Add heat, heat, filter through a heat oven, distill off the solvent,
-Diamino diphenyl ether was obtained with a yield of 96.8%. As a result of gas chromatography analysis, the purity was 9.
It was 9.3%. Example 8 Dethylene glycol dimethyl ether 80 as solvent
3. Same as Example 1 except that a mixed solvent of 20 parts of water and 20 parts of water was used.

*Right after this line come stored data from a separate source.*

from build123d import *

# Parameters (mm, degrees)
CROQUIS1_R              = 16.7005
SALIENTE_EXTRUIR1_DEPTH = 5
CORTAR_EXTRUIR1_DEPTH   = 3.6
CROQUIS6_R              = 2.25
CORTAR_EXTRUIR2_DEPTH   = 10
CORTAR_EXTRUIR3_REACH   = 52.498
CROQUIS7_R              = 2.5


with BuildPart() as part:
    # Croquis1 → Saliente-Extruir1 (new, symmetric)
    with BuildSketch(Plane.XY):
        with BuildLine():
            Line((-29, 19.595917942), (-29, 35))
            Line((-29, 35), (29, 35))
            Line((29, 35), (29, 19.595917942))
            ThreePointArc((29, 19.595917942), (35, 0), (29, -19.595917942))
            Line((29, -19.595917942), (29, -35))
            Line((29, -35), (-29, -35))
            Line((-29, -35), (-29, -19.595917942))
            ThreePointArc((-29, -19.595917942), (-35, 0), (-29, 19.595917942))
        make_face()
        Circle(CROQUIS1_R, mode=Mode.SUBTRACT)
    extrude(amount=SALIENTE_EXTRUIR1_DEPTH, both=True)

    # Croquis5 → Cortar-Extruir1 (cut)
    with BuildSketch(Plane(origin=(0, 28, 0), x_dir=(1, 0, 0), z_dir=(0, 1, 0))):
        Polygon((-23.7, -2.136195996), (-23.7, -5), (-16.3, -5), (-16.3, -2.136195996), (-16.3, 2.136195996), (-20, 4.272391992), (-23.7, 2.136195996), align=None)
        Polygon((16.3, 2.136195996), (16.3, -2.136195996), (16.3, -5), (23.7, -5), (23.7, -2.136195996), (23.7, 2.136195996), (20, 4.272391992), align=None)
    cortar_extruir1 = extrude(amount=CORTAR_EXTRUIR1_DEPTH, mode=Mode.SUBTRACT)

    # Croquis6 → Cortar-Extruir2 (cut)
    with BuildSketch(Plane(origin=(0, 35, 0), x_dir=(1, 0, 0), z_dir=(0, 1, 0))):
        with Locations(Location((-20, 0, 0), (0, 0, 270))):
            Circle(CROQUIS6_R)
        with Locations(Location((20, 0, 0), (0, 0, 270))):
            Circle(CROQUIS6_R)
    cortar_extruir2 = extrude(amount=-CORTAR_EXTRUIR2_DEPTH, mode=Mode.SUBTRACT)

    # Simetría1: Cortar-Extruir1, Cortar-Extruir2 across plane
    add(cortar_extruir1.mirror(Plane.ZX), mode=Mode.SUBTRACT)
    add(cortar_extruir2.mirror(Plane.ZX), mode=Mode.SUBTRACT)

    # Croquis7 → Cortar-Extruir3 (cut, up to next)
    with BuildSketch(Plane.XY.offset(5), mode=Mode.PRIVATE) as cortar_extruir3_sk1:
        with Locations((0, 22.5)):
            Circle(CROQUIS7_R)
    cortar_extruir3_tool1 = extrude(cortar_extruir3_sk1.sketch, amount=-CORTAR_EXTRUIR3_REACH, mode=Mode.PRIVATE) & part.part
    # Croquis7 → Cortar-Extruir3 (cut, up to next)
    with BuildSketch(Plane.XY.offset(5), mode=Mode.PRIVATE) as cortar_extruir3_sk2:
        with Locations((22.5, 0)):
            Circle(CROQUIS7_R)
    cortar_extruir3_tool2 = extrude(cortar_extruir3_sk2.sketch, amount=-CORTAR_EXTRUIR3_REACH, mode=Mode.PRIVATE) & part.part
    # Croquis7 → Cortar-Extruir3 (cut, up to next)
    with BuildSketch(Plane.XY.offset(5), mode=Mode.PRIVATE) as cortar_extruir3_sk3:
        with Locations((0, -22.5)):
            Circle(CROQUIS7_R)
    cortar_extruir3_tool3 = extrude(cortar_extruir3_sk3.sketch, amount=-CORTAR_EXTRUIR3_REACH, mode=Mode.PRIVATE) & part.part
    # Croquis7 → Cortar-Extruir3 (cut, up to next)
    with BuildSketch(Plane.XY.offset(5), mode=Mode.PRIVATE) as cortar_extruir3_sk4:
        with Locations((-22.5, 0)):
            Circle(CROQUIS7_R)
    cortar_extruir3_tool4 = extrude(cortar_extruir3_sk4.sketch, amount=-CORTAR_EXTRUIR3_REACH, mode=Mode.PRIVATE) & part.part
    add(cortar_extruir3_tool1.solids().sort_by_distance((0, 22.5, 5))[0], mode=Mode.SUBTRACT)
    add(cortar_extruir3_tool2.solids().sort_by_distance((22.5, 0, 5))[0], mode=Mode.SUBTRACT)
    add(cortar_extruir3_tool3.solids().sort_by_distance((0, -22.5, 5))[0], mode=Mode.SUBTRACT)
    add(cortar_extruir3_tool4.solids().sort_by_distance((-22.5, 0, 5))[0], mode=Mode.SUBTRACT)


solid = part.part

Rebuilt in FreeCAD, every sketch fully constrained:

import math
import FreeCAD as App
import Part
import Sketcher
Q = App.Units.Quantity


def add_polygon(sketch, points):
    """Adds a closed chain of lines whose ends are joined by coincident constraints."""
    first, n = sketch.GeometryCount, len(points)
    for a, b in zip(points, points[1:] + points[:1]):
        sketch.addGeometry(Part.LineSegment(App.Vector(*a, 0), App.Vector(*b, 0)), False)
    for i in range(n):
        sketch.addConstraint(Sketcher.Constraint("Coincident", first + i, 2, first + (i + 1) % n, 1))

doc = App.newDocument("Part")
body = doc.addObject("PartDesign::Body", "Body")

# Sketch on XY plane
sketch1 = body.newObject("Sketcher::SketchObject", "Sketch")
sketch1.AttachmentSupport = (doc.getObject("XY_Plane"), [""])
sketch1.MapMode = "FlatFace"
sketch1.addGeometry([
    Part.LineSegment(App.Vector(-29, 35, 0), App.Vector(-29, 19.595918, 0)),  # 0
    Part.ArcOfCircle(Part.Circle(App.Vector(0, 0, 0), App.Vector(0, 0, 1), 35), math.radians(145.952268), math.radians(214.047732)),  # 1
    Part.LineSegment(App.Vector(-29, -19.595918, 0), App.Vector(-29, -35, 0)),  # 2
    Part.LineSegment(App.Vector(-29, -35, 0), App.Vector(29, -35, 0)),  # 3
    Part.LineSegment(App.Vector(29, -35, 0), App.Vector(29, -19.595918, 0)),  # 4
    Part.ArcOfCircle(Part.Circle(App.Vector(0, 0, 0), App.Vector(0, 0, 1), 35), math.radians(-34.047732), math.radians(34.047732)),  # 5
    Part.LineSegment(App.Vector(29, 19.595918, 0), App.Vector(29, 35, 0)),  # 6
    Part.LineSegment(App.Vector(29, 35, 0), App.Vector(-29, 35, 0)),  # 7
    Part.Circle(App.Vector(0, 0, 0), App.Vector(0, 0, 1), 16.7005),  # 8
], False)
sketch1.addConstraint([
    Sketcher.Constraint("Coincident", 0, 2, 1, 1),
    Sketcher.Constraint("Coincident", 1, 2, 2, 1),
    Sketcher.Constraint("Coincident", 2, 2, 3, 1),
    Sketcher.Constraint("Coincident", 3, 2, 4, 1),
    Sketcher.Constraint("Coincident", 4, 2, 5, 1),
    Sketcher.Constraint("Coincident", 5, 2, 6, 1),
    Sketcher.Constraint("Coincident", 6, 2, 7, 1),
    Sketcher.Constraint("Coincident", 7, 2, 0, 1),
    Sketcher.Constraint("Vertical", 0),
    Sketcher.Constraint("Vertical", 2),
    Sketcher.Constraint("Horizontal", 3),
    Sketcher.Constraint("Vertical", 4),
    Sketcher.Constraint("Vertical", 6),
    Sketcher.Constraint("Horizontal", 7),
    Sketcher.Constraint("Coincident", 1, 3, -1, 1),
    Sketcher.Constraint("Coincident", 5, 3, -1, 1),
    Sketcher.Constraint("Coincident", 8, 3, -1, 1),
    Sketcher.Constraint("Equal", 1, 5),
    Sketcher.Constraint("Symmetric", 2, 2, 6, 2, -1, 1),
    Sketcher.Constraint("Horizontal", 1, 2, 4, 2),
    Sketcher.Constraint("Horizontal", 0, 2, 5, 2),
    Sketcher.Constraint("Radius", 1, 35.0),
    Sketcher.Constraint("DistanceX", 3, 1, 3, 2, 58.0),
    Sketcher.Constraint("Diameter", 8, 33.401),
    Sketcher.Constraint("DistanceY", 2, 2, -1, 1, 35.0),
])
pad1 = body.newObject("PartDesign::Pad", "Pad")
pad1.Profile = sketch1
pad1.Length = 10
pad1.Midplane = True

# Sketch on XZ plane
sketch2 = body.newObject("Sketcher::SketchObject", "Sketch001")
sketch2.AttachmentSupport = (doc.getObject("XZ_Plane"), [""])
sketch2.MapMode = "FlatFace"
sketch2.AttachmentOffset = App.Placement(App.Vector(0, 0, -28), App.Rotation())
add_polygon(sketch2, [(-23.7, 5), (-16.3, 5), (-16.3, -2.136196), (-20, -4.272392), (-23.7, -2.136196)])  # lines 0-4
add_polygon(sketch2, [(16.3, -2.136196), (16.3, 5), (23.7, 5), (23.7, -2.136196), (20, -4.272392)])  # lines 5-9
sketch2.addConstraint([
    Sketcher.Constraint("Horizontal", 0),
    Sketcher.Constraint("Vertical", 1),
    Sketcher.Constraint("Vertical", 4),
    Sketcher.Constraint("Vertical", 5),
    Sketcher.Constraint("Horizontal", 6),
    Sketcher.Constraint("Vertical", 7),
    Sketcher.Constraint("Symmetric", 0, 2, 5, 2, -2),
    Sketcher.Constraint("Symmetric", 3, 2, 7, 2, -2),
    Sketcher.Constraint("Symmetric", 2, 2, 8, 2, -2),
    Sketcher.Constraint("Parallel", 2, 8),
    Sketcher.Constraint("Parallel", 3, 9),
    Sketcher.Constraint("Horizontal", 1, 2, 3, 2),
    Sketcher.Constraint("Angle", 2, Q("-150 deg")),
    Sketcher.Constraint("DistanceX", 0, 1, 0, 2, 7.4),
    Sketcher.Constraint("DistanceY", -1, 1, 0, 2, 5.0),
    Sketcher.Constraint("DistanceX", 2, 2, -1, 1, 20.0),
    Sketcher.Constraint("DistanceY", 1, 2, 1, 1, 7.136196),
])
pocket1 = body.newObject("PartDesign::Pocket", "Pocket")
pocket1.Profile = sketch2
pocket1.Length = 3.6

# Sketch on XZ plane
sketch3 = body.newObject("Sketcher::SketchObject", "Sketch002")
sketch3.AttachmentSupport = (doc.getObject("XZ_Plane"), [""])
sketch3.MapMode = "FlatFace"
sketch3.AttachmentOffset = App.Placement(App.Vector(0, 0, -35), App.Rotation())
sketch3.addGeometry([
    Part.Circle(App.Vector(-20, 0, 0), App.Vector(0, 0, 1), 2.25),
    Part.Circle(App.Vector(20, 0, 0), App.Vector(0, 0, 1), 2.25),
], False)
sketch3.addConstraint([
    Sketcher.Constraint("Equal", 0, 1),
    Sketcher.Constraint("Symmetric", 0, 3, 1, 3, -1, 1),
    Sketcher.Constraint("PointOnObject", 0, 3, -1),
    Sketcher.Constraint("Diameter", 0, 4.5),
    Sketcher.Constraint("DistanceX", 0, 3, -1, 1, 20.0),
])
pocket2 = body.newObject("PartDesign::Pocket", "Pocket001")
pocket2.Profile = sketch3
pocket2.Length = 10
pocket2.Reversed = True
doc.recompute()

mirrored = body.newObject("PartDesign::Mirrored", "Mirrored")
mirrored.Originals = [pocket1, pocket2]
mirrored.MirrorPlane = (doc.getObject("XZ_Plane"), [""])
body.Tip = mirrored

# Sketch on XY plane
sketch4 = body.newObject("Sketcher::SketchObject", "Sketch003")
sketch4.AttachmentSupport = (doc.getObject("XY_Plane"), [""])
sketch4.MapMode = "FlatFace"
sketch4.AttachmentOffset = App.Placement(App.Vector(0, 0, 5), App.Rotation())
sketch4.addGeometry(Part.Circle(App.Vector(0, 22.5, 0), App.Vector(0, 0, 1), 2.5), False)
sketch4.addConstraint([
    Sketcher.Constraint("PointOnObject", 0, 3, -2),
    Sketcher.Constraint("Diameter", 0, 5.0),
    Sketcher.Constraint("DistanceY", -1, 1, 0, 3, 22.5),
])
pocket3 = body.newObject("PartDesign::Pocket", "Pocket002")
pocket3.Profile = sketch4
pocket3.Type = "UpToFirst"

# Sketch on XY plane
sketch5 = body.newObject("Sketcher::SketchObject", "Sketch004")
sketch5.AttachmentSupport = (doc.getObject("XY_Plane"), [""])
sketch5.MapMode = "FlatFace"
sketch5.AttachmentOffset = App.Placement(App.Vector(0, 0, 5), App.Rotation())
sketch5.addGeometry(Part.Circle(App.Vector(22.5, 0, 0), App.Vector(0, 0, 1), 2.5), False)
sketch5.addConstraint([
    Sketcher.Constraint("PointOnObject", 0, 3, -1),
    Sketcher.Constraint("Diameter", 0, 5.0),
    Sketcher.Constraint("DistanceX", -1, 1, 0, 3, 22.5),
])
pocket4 = body.newObject("PartDesign::Pocket", "Pocket003")
pocket4.Profile = sketch5
pocket4.Type = "UpToFirst"

# Sketch on XY plane
sketch6 = body.newObject("Sketcher::SketchObject", "Sketch005")
sketch6.AttachmentSupport = (doc.getObject("XY_Plane"), [""])
sketch6.MapMode = "FlatFace"
sketch6.AttachmentOffset = App.Placement(App.Vector(0, 0, 5), App.Rotation())
sketch6.addGeometry(Part.Circle(App.Vector(0, -22.5, 0), App.Vector(0, 0, 1), 2.5), False)
sketch6.addConstraint([
    Sketcher.Constraint("PointOnObject", 0, 3, -2),
    Sketcher.Constraint("Diameter", 0, 5.0),
    Sketcher.Constraint("DistanceY", 0, 3, -1, 1, 22.5),
])
pocket5 = body.newObject("PartDesign::Pocket", "Pocket004")
pocket5.Profile = sketch6
pocket5.Type = "UpToFirst"

# Sketch on XY plane
sketch7 = body.newObject("Sketcher::SketchObject", "Sketch006")
sketch7.AttachmentSupport = (doc.getObject("XY_Plane"), [""])
sketch7.MapMode = "FlatFace"
sketch7.AttachmentOffset = App.Placement(App.Vector(0, 0, 5), App.Rotation())
sketch7.addGeometry(Part.Circle(App.Vector(-22.5, 0, 0), App.Vector(0, 0, 1), 2.5), False)
sketch7.addConstraint([
    Sketcher.Constraint("PointOnObject", 0, 3, -1),
    Sketcher.Constraint("Diameter", 0, 5.0),
    Sketcher.Constraint("DistanceX", 0, 3, -1, 1, 22.5),
])
pocket6 = body.newObject("PartDesign::Pocket", "Pocket005")
pocket6.Profile = sketch7
pocket6.Type = "UpToFirst"

doc.recompute()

A song time response was performed.

Claims (1)

[Claims] 1 General formula AO-(CH_2CH_2O)_n-B (wherein A represents an alkyl group having 1 to 4 carbon atoms, B represents hydrogen or an alkyl group having 1 to 4 carbon atoms, and n is 1 or 2
It is. ) in the presence of a Raney-nickel catalyst in the presence of a Raney-nickel catalyst, 4. Method for producing 4'-diaminodiphenyl ether. 2 2 to 10 parts by weight of solvent and 0.001 to 0.0 parts by weight of catalyst per 1 part by weight of 4,4'-dinitrodiphenyl ether
4,4'-diaminodiphenyl according to claim 1, characterized in that the reaction is carried out using 5 parts by weight under the conditions of hydrogen pressure of 1 to 10 kg/cm^2 and temperature of 50 to 100°C. How to make ether. 3. The 4,4'-diaminodiphenium compound according to claim 1 or 2, characterized in that a solvent represented by the above general formula is added to the reaction mixture, heated, hot-filtered, and recrystallized. Method for producing enyl ether.